Take my five loaves and two fishes
Do with it as you will
I surrender
Take my fears and inhibitions
All my burdens, my ambitions
You can use it all
I hope it's not too small
I trust in you
I trust in you
Take my five loaves and two fishes
Do with it as you will
I surrender
Take my fears and inhibitions
All my burdens, my ambitions
You can use it all
no gift is too small :)

Clouds

Changed my blog main picture to this amazing pic taken and edited by Devianartist "=PORG". Great job my fellow artist! Changed the pic because I got inspired by the evening clouds at my place today. They were so beautiful. Hundreds of birds flying freely among the red and pink clouds which the faltering but undying sunlight danced upon. Beautiful.

Wished I had a camera then. My phone's camera was too lousy. I think Photography is something I can take up during the holidays. But I've got the image in my mind already so I will paint it out when I have time. Got a hell of a long list of stuff to do including taking up Muay Thai, Art classes and a new hobby. So many things so little time :)

Bs Finance test was way easy than expected. But it seems I got tricked by the 2nd question. There goes my hope of nailing the bull's eye again.

Spent 1 friggin hour idling in school. Come to think of it, it was totally not worth it. Gotta do final editing of ICT now PRONTO!

And to both of my homies Kiat and Zx, after my exams let's go hit downtown! Been a month since I saw you guys. Kinda missed the times we had my bros!

Damn it's time to renovate my blog. After exams I guess.

Sunday, July 27, 2008

Dreams

Been dreaming of the same two girls for the past consecutive 5 days. (To some of my friends who are horny: Nope it’s not the kind of dreams that you think they are) Finally had enough sleep last night without any dreams. Geez my head feels like someone put a spear through it or something…..
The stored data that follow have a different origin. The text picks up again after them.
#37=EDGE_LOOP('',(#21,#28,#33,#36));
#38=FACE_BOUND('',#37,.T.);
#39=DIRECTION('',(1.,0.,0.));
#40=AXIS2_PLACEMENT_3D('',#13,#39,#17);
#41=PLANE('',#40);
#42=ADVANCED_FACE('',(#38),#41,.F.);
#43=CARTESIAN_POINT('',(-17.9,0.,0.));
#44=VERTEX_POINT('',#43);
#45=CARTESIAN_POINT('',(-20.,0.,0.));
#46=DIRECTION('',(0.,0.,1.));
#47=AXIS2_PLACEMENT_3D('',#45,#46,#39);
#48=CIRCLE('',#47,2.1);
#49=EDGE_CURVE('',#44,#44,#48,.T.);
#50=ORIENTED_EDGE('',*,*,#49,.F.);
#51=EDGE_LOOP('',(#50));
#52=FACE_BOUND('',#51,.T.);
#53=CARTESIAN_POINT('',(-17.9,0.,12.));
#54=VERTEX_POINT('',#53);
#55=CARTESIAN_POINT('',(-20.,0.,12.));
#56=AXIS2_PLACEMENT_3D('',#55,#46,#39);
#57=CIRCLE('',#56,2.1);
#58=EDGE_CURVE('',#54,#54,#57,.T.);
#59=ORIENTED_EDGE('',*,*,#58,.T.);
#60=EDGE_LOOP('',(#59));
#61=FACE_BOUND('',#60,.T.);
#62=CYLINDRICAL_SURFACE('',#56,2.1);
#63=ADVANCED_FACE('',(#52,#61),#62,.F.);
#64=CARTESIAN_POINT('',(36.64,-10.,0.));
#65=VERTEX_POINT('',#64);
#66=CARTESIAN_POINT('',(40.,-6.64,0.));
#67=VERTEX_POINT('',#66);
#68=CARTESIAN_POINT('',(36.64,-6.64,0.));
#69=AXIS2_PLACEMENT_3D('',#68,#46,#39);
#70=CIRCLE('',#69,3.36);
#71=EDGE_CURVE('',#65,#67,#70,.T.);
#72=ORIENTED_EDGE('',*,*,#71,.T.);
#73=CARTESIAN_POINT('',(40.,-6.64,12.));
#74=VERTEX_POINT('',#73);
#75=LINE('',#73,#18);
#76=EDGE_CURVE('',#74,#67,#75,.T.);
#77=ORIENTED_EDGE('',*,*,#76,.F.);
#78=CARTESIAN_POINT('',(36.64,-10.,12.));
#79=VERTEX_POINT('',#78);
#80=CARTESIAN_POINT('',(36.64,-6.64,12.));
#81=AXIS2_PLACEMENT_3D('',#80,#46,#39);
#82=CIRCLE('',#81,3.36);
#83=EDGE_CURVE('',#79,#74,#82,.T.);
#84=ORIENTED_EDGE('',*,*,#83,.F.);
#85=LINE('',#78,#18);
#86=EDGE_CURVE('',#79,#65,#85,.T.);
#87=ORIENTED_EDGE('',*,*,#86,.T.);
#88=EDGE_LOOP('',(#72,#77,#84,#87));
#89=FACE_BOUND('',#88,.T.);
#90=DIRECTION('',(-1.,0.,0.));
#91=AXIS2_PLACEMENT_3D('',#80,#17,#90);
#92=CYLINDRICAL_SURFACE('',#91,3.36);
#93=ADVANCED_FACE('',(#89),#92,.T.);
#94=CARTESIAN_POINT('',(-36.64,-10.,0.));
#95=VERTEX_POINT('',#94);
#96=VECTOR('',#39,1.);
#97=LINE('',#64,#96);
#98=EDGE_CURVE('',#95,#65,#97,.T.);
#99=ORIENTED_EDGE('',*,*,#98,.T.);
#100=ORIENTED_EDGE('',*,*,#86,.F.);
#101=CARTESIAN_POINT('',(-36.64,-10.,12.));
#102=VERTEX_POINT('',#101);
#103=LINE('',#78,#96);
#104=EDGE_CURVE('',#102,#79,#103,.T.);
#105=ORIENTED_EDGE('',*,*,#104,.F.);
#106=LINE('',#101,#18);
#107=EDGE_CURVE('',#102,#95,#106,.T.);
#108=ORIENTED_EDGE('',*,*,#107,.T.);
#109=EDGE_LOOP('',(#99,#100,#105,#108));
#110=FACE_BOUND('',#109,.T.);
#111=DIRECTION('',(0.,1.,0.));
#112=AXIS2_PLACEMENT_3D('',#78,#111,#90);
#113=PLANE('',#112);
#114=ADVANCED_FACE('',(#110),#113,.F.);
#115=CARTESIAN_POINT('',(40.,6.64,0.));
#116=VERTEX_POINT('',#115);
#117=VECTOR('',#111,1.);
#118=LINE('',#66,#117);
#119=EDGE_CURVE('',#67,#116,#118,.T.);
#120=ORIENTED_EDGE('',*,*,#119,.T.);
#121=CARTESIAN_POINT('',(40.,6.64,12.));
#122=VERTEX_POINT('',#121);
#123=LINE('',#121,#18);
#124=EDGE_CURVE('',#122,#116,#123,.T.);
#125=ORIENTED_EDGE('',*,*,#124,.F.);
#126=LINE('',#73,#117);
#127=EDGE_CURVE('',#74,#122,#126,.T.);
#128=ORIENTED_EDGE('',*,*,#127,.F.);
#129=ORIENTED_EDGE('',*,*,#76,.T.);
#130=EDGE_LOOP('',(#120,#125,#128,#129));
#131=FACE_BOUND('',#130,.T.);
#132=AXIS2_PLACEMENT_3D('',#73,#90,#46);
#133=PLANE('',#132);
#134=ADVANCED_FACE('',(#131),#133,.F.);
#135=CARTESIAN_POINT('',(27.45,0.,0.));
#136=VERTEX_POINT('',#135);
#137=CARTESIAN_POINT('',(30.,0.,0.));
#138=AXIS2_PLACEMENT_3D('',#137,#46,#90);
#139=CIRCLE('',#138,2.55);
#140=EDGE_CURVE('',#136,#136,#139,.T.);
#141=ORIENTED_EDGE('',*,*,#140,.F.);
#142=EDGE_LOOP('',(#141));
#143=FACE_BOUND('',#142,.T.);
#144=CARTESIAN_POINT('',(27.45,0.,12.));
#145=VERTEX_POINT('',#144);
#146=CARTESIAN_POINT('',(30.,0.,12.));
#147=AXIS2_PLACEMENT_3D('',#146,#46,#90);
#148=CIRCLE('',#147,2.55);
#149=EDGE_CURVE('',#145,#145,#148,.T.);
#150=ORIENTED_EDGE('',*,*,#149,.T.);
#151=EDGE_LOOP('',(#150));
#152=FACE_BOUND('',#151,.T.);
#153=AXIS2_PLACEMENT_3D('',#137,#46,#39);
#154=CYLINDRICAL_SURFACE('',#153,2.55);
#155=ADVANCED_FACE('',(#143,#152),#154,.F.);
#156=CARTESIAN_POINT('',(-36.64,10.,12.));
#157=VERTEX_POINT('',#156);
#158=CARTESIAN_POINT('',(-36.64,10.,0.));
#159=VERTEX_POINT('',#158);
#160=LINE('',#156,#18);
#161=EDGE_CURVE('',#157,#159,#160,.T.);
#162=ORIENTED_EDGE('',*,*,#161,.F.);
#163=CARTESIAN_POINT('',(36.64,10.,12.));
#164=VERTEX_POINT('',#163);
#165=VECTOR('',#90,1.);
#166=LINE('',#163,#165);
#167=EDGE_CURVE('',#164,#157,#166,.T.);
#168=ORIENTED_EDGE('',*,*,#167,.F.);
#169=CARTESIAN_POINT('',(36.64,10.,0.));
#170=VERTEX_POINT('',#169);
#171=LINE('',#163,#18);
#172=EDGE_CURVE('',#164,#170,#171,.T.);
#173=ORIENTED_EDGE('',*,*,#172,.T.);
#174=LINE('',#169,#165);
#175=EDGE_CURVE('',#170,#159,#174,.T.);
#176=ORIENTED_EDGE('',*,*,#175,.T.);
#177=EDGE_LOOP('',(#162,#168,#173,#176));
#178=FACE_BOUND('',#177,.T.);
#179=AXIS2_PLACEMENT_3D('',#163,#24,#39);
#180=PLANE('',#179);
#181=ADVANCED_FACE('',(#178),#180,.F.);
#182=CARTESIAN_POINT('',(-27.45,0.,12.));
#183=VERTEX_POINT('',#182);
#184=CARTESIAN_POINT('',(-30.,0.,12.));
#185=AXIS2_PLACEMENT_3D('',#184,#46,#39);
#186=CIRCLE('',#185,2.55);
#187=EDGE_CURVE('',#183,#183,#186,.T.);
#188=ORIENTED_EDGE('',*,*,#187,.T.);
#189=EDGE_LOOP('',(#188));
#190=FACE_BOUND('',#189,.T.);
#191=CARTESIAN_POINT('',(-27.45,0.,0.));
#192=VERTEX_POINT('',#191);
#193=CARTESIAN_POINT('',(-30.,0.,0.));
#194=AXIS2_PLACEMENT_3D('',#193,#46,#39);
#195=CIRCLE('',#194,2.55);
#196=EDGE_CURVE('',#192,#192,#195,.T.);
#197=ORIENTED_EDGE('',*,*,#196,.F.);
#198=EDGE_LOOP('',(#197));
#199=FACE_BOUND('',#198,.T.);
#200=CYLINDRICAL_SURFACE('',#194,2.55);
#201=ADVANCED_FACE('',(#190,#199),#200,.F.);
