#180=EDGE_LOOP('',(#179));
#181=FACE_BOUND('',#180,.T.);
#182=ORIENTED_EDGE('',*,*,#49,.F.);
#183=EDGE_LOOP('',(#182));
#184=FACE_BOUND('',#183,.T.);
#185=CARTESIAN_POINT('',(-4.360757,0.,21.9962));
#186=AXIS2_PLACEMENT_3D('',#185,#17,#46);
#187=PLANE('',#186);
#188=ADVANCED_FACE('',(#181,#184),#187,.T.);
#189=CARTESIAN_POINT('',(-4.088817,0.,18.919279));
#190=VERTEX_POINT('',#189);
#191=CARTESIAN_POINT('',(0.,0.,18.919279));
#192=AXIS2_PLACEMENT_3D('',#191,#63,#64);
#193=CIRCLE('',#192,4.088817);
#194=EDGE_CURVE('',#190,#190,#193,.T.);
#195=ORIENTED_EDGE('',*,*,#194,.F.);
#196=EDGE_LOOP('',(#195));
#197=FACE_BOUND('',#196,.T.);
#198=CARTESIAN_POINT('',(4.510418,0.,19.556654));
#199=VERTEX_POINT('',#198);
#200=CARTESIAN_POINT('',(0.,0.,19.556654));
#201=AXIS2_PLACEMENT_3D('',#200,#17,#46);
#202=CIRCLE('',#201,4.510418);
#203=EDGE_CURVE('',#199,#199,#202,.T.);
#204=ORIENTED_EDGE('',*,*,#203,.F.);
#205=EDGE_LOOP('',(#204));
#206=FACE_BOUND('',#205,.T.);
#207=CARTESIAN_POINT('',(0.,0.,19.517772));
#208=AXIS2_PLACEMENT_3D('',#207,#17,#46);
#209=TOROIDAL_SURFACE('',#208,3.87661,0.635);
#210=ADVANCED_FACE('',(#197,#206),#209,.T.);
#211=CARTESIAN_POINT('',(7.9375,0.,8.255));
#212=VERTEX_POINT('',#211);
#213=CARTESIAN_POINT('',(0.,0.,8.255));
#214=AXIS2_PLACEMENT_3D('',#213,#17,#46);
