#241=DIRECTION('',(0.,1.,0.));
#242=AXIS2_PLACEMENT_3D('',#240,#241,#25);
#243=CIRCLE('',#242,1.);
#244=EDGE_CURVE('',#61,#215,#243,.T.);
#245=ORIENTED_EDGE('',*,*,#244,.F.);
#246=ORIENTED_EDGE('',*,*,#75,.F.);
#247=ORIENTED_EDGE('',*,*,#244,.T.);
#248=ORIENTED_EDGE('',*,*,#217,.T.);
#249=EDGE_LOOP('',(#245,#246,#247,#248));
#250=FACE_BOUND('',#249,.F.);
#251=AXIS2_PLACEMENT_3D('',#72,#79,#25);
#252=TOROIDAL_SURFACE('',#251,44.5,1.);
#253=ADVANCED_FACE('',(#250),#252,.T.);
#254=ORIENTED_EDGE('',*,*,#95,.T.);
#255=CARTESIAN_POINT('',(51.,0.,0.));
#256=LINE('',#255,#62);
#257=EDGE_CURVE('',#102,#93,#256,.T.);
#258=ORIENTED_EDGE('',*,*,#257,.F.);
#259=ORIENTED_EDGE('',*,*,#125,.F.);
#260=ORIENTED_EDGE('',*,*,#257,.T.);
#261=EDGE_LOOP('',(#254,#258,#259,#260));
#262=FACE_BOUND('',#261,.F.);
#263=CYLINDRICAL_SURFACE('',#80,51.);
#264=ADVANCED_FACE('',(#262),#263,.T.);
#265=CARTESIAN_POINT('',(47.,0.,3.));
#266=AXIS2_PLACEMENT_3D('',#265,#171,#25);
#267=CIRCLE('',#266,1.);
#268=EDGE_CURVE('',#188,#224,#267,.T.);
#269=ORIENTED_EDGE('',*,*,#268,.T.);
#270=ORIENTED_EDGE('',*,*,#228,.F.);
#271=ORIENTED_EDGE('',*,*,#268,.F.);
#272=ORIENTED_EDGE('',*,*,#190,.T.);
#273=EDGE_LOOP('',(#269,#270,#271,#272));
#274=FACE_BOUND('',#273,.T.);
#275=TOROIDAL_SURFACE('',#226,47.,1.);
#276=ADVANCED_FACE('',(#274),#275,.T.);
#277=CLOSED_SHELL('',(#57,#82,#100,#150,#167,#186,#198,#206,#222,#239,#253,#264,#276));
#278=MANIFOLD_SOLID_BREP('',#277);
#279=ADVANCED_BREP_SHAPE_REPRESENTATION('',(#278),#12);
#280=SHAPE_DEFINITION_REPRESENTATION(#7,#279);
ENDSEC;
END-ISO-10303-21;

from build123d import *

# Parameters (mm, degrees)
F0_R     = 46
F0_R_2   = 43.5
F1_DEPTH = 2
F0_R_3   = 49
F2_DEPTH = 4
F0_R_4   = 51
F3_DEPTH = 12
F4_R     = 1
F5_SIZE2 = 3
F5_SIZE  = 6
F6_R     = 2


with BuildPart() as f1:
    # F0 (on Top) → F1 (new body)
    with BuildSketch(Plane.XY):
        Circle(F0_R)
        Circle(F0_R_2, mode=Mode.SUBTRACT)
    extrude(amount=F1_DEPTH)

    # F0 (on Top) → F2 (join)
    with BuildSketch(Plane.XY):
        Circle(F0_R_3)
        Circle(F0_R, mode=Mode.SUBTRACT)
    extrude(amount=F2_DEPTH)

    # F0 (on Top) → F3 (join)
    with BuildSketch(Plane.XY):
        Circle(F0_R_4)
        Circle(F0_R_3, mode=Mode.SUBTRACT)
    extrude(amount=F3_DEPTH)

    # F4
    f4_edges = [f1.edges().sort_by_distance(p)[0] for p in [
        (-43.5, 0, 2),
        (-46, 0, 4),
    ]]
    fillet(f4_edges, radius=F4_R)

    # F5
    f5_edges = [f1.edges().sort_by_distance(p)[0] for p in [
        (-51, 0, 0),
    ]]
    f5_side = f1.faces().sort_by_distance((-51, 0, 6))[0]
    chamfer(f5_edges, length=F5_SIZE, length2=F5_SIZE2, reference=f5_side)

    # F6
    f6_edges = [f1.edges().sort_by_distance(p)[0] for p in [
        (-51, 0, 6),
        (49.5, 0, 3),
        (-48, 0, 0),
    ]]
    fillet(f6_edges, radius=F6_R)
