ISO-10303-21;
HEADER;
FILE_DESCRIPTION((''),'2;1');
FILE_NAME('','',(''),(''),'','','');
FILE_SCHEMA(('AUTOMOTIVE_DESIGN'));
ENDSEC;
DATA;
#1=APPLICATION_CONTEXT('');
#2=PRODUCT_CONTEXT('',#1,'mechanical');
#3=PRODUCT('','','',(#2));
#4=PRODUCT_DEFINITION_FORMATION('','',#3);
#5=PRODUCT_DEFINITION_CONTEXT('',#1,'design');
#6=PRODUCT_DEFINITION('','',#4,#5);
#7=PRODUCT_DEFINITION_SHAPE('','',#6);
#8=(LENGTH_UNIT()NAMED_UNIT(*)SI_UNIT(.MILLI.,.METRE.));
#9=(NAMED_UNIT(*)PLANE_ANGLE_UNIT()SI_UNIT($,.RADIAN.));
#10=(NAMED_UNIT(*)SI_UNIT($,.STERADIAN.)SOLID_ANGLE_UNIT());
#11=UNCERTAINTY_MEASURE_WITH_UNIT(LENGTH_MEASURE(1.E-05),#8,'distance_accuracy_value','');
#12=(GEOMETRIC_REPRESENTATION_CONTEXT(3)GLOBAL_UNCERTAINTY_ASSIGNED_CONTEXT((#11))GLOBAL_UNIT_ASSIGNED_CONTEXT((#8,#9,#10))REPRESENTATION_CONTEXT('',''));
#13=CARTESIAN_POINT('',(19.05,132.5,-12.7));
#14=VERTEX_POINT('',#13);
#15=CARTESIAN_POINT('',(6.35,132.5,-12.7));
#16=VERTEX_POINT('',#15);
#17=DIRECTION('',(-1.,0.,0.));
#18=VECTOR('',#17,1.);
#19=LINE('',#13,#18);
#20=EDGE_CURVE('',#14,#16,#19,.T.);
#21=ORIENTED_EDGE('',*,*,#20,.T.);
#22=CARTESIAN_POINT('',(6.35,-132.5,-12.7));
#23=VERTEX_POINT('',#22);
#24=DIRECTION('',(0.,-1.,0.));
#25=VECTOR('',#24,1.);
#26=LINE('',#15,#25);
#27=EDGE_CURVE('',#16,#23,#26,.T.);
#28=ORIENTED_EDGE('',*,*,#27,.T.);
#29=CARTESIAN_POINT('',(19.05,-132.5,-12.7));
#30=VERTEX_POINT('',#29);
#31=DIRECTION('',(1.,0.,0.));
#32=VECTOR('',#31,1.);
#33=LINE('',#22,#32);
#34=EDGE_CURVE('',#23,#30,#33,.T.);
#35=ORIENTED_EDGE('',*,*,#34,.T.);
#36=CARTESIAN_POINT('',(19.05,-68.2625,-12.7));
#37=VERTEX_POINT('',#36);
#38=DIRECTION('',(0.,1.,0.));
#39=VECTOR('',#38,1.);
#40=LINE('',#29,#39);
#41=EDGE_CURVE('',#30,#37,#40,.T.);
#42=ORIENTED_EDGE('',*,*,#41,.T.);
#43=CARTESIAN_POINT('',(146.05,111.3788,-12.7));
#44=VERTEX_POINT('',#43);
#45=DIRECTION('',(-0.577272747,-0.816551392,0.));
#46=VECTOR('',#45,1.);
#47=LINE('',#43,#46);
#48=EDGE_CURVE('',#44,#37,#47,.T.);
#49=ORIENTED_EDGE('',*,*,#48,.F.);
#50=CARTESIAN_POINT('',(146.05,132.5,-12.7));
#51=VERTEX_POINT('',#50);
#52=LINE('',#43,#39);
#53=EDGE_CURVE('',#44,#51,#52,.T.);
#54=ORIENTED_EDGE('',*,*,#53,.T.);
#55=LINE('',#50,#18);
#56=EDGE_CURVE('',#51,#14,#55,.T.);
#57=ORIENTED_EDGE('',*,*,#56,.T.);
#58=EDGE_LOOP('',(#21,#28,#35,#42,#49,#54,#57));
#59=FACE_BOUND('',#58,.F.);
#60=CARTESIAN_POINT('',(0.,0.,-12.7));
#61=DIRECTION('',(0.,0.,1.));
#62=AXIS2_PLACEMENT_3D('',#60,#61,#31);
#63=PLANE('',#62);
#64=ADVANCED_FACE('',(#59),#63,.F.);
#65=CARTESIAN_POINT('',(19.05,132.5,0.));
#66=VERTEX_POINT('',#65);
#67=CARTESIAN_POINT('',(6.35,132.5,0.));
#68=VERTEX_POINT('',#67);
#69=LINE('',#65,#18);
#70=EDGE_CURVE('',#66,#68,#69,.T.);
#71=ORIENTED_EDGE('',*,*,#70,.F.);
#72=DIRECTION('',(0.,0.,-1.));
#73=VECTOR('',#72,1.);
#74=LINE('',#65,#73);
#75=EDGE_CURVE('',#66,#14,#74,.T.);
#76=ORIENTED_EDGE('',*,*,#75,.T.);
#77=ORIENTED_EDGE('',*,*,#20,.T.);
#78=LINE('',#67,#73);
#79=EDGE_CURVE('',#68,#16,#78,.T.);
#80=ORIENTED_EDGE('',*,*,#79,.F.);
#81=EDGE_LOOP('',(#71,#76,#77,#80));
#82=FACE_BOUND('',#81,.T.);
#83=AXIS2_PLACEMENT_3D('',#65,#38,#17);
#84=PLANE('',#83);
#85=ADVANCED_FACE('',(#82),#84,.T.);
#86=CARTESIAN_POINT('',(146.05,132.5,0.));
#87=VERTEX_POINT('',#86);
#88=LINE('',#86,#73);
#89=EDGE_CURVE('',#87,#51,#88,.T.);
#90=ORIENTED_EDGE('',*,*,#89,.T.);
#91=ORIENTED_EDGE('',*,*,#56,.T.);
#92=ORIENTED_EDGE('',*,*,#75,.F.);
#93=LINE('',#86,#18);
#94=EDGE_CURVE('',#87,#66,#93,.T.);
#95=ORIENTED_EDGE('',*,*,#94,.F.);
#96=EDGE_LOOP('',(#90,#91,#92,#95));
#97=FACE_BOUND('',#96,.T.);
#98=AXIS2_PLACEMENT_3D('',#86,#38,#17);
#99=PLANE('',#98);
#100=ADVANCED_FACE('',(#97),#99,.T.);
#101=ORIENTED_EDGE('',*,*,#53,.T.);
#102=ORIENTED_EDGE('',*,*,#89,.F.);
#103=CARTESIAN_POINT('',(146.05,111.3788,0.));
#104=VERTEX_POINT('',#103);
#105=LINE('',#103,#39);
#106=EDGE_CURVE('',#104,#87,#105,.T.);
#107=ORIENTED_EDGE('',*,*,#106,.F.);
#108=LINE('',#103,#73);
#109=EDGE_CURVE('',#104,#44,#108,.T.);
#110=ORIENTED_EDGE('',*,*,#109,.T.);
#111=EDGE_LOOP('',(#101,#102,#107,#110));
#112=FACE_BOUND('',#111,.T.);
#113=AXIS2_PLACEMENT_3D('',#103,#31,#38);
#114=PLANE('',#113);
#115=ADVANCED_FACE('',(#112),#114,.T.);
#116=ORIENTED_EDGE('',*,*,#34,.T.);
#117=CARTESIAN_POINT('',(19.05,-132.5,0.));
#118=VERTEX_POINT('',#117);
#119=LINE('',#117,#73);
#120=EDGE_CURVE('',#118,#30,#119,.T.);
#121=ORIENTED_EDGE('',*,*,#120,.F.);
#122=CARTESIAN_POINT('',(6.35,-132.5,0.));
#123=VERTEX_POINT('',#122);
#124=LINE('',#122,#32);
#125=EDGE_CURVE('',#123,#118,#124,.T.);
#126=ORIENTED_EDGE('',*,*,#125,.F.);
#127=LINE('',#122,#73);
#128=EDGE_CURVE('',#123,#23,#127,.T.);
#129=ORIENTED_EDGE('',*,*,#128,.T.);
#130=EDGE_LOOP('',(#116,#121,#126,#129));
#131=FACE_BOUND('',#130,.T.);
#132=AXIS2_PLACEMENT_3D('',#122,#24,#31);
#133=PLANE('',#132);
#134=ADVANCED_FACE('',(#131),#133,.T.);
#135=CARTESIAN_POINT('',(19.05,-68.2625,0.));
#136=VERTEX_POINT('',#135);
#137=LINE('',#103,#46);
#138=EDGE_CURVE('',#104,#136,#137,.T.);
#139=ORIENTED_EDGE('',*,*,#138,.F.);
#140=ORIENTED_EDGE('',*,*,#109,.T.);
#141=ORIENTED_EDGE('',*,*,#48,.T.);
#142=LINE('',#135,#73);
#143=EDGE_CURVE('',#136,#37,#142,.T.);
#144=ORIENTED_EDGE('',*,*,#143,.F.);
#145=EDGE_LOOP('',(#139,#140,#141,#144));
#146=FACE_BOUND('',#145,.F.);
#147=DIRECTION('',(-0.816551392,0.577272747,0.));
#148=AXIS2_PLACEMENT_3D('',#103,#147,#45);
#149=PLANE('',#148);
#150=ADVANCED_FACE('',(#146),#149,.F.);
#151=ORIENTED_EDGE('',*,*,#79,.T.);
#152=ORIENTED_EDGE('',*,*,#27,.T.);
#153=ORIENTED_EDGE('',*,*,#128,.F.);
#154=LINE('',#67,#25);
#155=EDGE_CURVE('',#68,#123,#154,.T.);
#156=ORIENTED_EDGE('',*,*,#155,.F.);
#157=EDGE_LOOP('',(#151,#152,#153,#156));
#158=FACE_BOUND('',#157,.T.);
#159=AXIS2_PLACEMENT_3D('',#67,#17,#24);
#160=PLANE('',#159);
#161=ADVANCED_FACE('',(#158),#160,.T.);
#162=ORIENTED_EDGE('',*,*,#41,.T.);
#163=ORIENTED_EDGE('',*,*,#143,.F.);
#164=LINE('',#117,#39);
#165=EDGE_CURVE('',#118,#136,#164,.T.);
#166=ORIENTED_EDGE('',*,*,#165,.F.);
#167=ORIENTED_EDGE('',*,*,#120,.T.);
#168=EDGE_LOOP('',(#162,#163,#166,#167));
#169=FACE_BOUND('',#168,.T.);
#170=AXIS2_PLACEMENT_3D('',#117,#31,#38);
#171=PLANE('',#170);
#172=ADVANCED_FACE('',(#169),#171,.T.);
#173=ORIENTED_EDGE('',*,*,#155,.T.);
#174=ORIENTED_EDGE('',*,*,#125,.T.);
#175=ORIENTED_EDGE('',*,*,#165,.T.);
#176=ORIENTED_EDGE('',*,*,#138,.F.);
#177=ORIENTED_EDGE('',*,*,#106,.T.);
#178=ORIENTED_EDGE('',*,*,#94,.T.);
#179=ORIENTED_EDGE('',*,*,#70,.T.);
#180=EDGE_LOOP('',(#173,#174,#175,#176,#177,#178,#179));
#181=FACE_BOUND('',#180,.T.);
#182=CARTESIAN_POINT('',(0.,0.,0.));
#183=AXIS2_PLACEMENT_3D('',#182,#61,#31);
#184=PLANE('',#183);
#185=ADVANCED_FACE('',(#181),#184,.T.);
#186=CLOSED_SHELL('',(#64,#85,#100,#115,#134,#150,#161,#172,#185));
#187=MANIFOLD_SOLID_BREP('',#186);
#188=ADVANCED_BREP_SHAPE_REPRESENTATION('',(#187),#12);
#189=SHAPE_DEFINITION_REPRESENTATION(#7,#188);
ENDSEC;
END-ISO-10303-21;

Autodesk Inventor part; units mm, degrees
ref_plane "YZ Plane" through (0, 0, 0) normal (1, 0, 0) x (0, 1, 0)
ref_plane "XZ Plane" through (0, 0, 0) normal (0, 1, 0) x (-1, 0, 0)
ref_plane "XY Plane" through (0, 0, 0) normal (0, 0, 1) x (1, 0, 0)
sketch "Sketch1" plane through (0, 0, 0) normal (0, 0, 1) x (1, 0, 0)
  line L0 (6.35, -132.5) -> (19.05, -132.5)
  line L1 (19.05, 132.5) -> (6.35, 132.5)
  line L2 (6.35, 132.5) -> (6.35, -132.5)
  line L3 (146.05, 111.3788) -> (146.05, 132.5)
  line L4 (146.05, 132.5) -> (19.05, 132.5)
  line L5 (146.05, 111.3788) -> (19.05, -68.2625)
  line L6 (19.05, -132.5) -> (19.05, -68.2625)
  point P0 (0, 0)
extrude "Extrusion1" add sketch "Sketch1" against normal blind 12.7
properties part number "Side"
I wondered what God is trying to tell me through these dreams. Normally my dreams either have meaning or its just pure random. But I know these dreams has an implication to it because for 5 consecutive days?! Damn that’s lots of sleep lost! My poor brain!

Oh btw my pure random dreams can be lots of fun. Once I realize it’s a dream, I can actually control it to a certain extent. There was once where I dreamt of this ghost haunting me and it tumbled a whole bus onto my lower body. For some reason, it climbed onto the bus and started laughing at me. I was really pissed and I grab a brick out of no where and threw it at her. Headshot. She died instantly. Cool but lame dream.

The LOUSIEST dreams I ever had were dreaming of a whole day in school and at work. Then I will wake up and it’s time for school or work again. I’ll be like: “Oh man! Not again :( How lame can life be? -.- ”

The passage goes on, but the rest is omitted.